No norte de Maradi onde a disponibilidade de terra já foi abundante e a mão-de-obra escassa, a prática de pousio era comum. Com a diminuição da disponibilidade de terra e com o aumento demográfico, os pousios têm se tornado mais curtos ou inviáveis, provocando queda nas produtividades dos cultivos. Para melhorar o desempenho produtivo de suas lavouras, os agricultores de Maradi passaram a adotar algumas práticas de integração agricultura-pecuária. Têm deixado seus animais – ou os pertencentes a pastores nômades – pastarem nas áreas de cultivo nos períodos de entressafra. Durante as épocas de cultivo, os animais são mantidos presos. Essa medida exige o aumento de trabalho das famílias já que passam a ter que fornecer forragens aos animais confinados. A introdução de novas espécies geradoras de renda nas áreas de cultivo e o plantio e proteção de árvores nos sistemas produtivos têm sido outras estratégias adotadas espontaneamente pelas famílias agricultoras da região.
No passado, era possível estocar grãos por até três anos, o que evitava que as famílias fossem levadas à migração. Atualmente, porém, é comum que a produção de um ano seja toda consumida antes da próxima safra. Nos piores anos agrícolas, as adaptações desenvolvidas não são suficientes para compensar as safras perdidas. Nesses casos, muitos tomam a decisão de migrar em busca de meios alternativos de vida.

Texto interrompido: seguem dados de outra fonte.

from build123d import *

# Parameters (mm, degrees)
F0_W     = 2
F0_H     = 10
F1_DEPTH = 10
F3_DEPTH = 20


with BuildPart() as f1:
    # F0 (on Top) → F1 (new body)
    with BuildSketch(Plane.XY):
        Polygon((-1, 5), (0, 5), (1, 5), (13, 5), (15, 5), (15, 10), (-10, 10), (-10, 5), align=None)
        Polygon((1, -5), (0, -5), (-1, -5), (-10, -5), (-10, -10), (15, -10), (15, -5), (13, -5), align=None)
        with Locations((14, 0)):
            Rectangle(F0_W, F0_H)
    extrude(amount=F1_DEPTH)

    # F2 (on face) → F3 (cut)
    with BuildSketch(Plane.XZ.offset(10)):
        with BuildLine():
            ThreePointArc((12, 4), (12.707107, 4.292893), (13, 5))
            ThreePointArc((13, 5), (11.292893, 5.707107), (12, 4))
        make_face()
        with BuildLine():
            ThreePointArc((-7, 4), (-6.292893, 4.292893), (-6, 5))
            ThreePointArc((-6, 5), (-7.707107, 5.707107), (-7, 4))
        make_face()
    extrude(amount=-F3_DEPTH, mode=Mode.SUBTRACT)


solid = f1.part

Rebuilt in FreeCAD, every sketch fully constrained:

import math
import FreeCAD as App
import Part
import Sketcher

V = App.Vector
Q = App.Units.Quantity

doc = App.newDocument("Part")
body = doc.addObject("PartDesign::Body", "Body")

# Sketch on XY plane
sketch1 = body.newObject("Sketcher::SketchObject", "Sketch")
sketch1.AttachmentSupport = (doc.getObject("XY_Plane"), [""])
sketch1.MapMode = "FlatFace"
sketch1.addGeometry([
    Part.LineSegment(V(15, 10, 0), V(-10, 10, 0)),  # 0
    Part.LineSegment(V(-10, 10, 0), V(-10, 5, 0)),  # 1
    Part.LineSegment(V(-10, 5, 0), V(13, 5, 0)),  # 2
    Part.LineSegment(V(13, 5, 0), V(13, -5, 0)),  # 3
    Part.LineSegment(V(13, -5, 0), V(-10, -5, 0)),  # 4
    Part.LineSegment(V(-10, -5, 0), V(-10, -10, 0)),  # 5
    Part.LineSegment(V(-10, -10, 0), V(15, -10, 0)),  # 6
    Part.LineSegment(V(15, -10, 0), V(15, 10, 0)),  # 7
], False)
sketch1.addConstraint([
    Sketcher.Constraint("Coincident", 0, 2, 1, 1),
    Sketcher.Constraint("Coincident", 1, 2, 2, 1),
    Sketcher.Constraint("Coincident", 2, 2, 3, 1),
    Sketcher.Constraint("Coincident", 3, 2, 4, 1),
    Sketcher.Constraint("Coincident", 4, 2, 5, 1),
    Sketcher.Constraint("Coincident", 5, 2, 6, 1),
    Sketcher.Constraint("Coincident", 6, 2, 7, 1),
    Sketcher.Constraint("Coincident", 7, 2, 0, 1),
    Sketcher.Constraint("Horizontal", 0),
    Sketcher.Constraint("Vertical", 1),
    Sketcher.Constraint("Horizontal", 2),
    Sketcher.Constraint("Vertical", 3),
    Sketcher.Constraint("Horizontal", 4),
    Sketcher.Constraint("Vertical", 5),
    Sketcher.Constraint("Horizontal", 6),
    Sketcher.Constraint("Vertical", 7),
    Sketcher.Constraint("Symmetric", 1, 2, 4, 2, -1),
    Sketcher.Constraint("Equal", 1, 5),
    Sketcher.Constraint("DistanceX", 0, 2, 0, 1, Q("25 mm")),
    Sketcher.Constraint("DistanceX", 2, 1, 2, 2, Q("23 mm")),
    Sketcher.Constraint("DistanceY", 1, 2, 1, 1, Q("5 mm")),
    Sketcher.Constraint("DistanceY", 3, 2, 3, 1, Q("10 mm")),
    Sketcher.Constraint("DistanceX", 0, 2, -1, 1, Q("10 mm")),
])
pad1 = body.newObject("PartDesign::Pad", "Pad")
pad1.Profile = sketch1
pad1.Length = 10

# Sketch on XZ plane
sketch2 = body.newObject("Sketcher::SketchObject", "Sketch001")
sketch2.AttachmentSupport = (doc.getObject("XZ_Plane"), [""])
sketch2.MapMode = "FlatFace"
sketch2.AttachmentOffset = App.Placement(V(0, 0, 10), App.Rotation())
sketch2.addGeometry([
    Part.ArcOfCircle(Part.Circle(V(12, 5, 0), V(0, 0, 1), 1), math.radians(-90), math.radians(0)),
    Part.ArcOfCircle(Part.Circle(V(12, 5, 0), V(0, 0, 1), 1), math.radians(0), math.radians(270)),
    Part.ArcOfCircle(Part.Circle(V(-7, 5, 0), V(0, 0, 1), 1), math.radians(-90), math.radians(0)),
    Part.ArcOfCircle(Part.Circle(V(-7, 5, 0), V(0, 0, 1), 1), math.radians(0), math.radians(270)),
], False)
sketch2.addConstraint([
    Sketcher.Constraint("Tangent", 0, 1, 1, 2),
    Sketcher.Constraint("Coincident", 1, 1, 0, 2),
    Sketcher.Constraint("Tangent", 2, 1, 3, 2),
    Sketcher.Constraint("Coincident", 3, 1, 2, 2),
    Sketcher.Constraint("Equal", 1, 2),
    Sketcher.Constraint("Horizontal", 1, 3, 2, 3),
    Sketcher.Constraint("Horizontal", 3, 3, 1, 1),
    Sketcher.Constraint("Horizontal", 1, 1, 3, 1),
    Sketcher.Constraint("Vertical", 1, 3, 0, 1),
    Sketcher.Constraint("Vertical", 3, 3, 2, 1),
    Sketcher.Constraint("Radius", 0, Q("0.999999 mm")),
    Sketcher.Constraint("DistanceX", -1, 1, 0, 3, Q("12.000001 mm")),
    Sketcher.Constraint("DistanceY", -1, 1, 0, 3, Q("4.999999 mm")),
    Sketcher.Constraint("DistanceX", 2, 3, -1, 1, Q("6.999999 mm")),
])
pocket1 = body.newObject("PartDesign::Pocket", "Pocket")
pocket1.Profile = sketch2
pocket1.Length = 20

doc.recompute()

DIVERSIFICANDO FONTES DE RENDA E CANAIS DE COMERCIALIZAÇÃO
A especialização produtiva nas regiões semiáridas é uma aposta altamente arriscada. Essa é a razão pela qual tradicionalmente os agricultores buscam diversificar suas atividades. Na região Kano-Maradi, pequenos agricultores ingressaram no mercado agrícola global pela primeira vez por meio dos conselhos coloniais criados para promover a produção de amendoim e algodão para exportação. Na época, poucos produtores estavam dispostos a assumir os grandes riscos dessas atividades. Mantiveram seus plantios tradicionais e plantaram os cultivos para exportação em novas áreas. Atualmente, com a diminuição da disponibilidade de terras por família, essa opção praticamente não é mais viável. Por outro lado, essas alternativas de geração de renda pelo acesso aos mercados internacionais logo se mostraram inviáveis devido à queda dos preços das commodities e ao surgimento de doenças e pragas nas plantações.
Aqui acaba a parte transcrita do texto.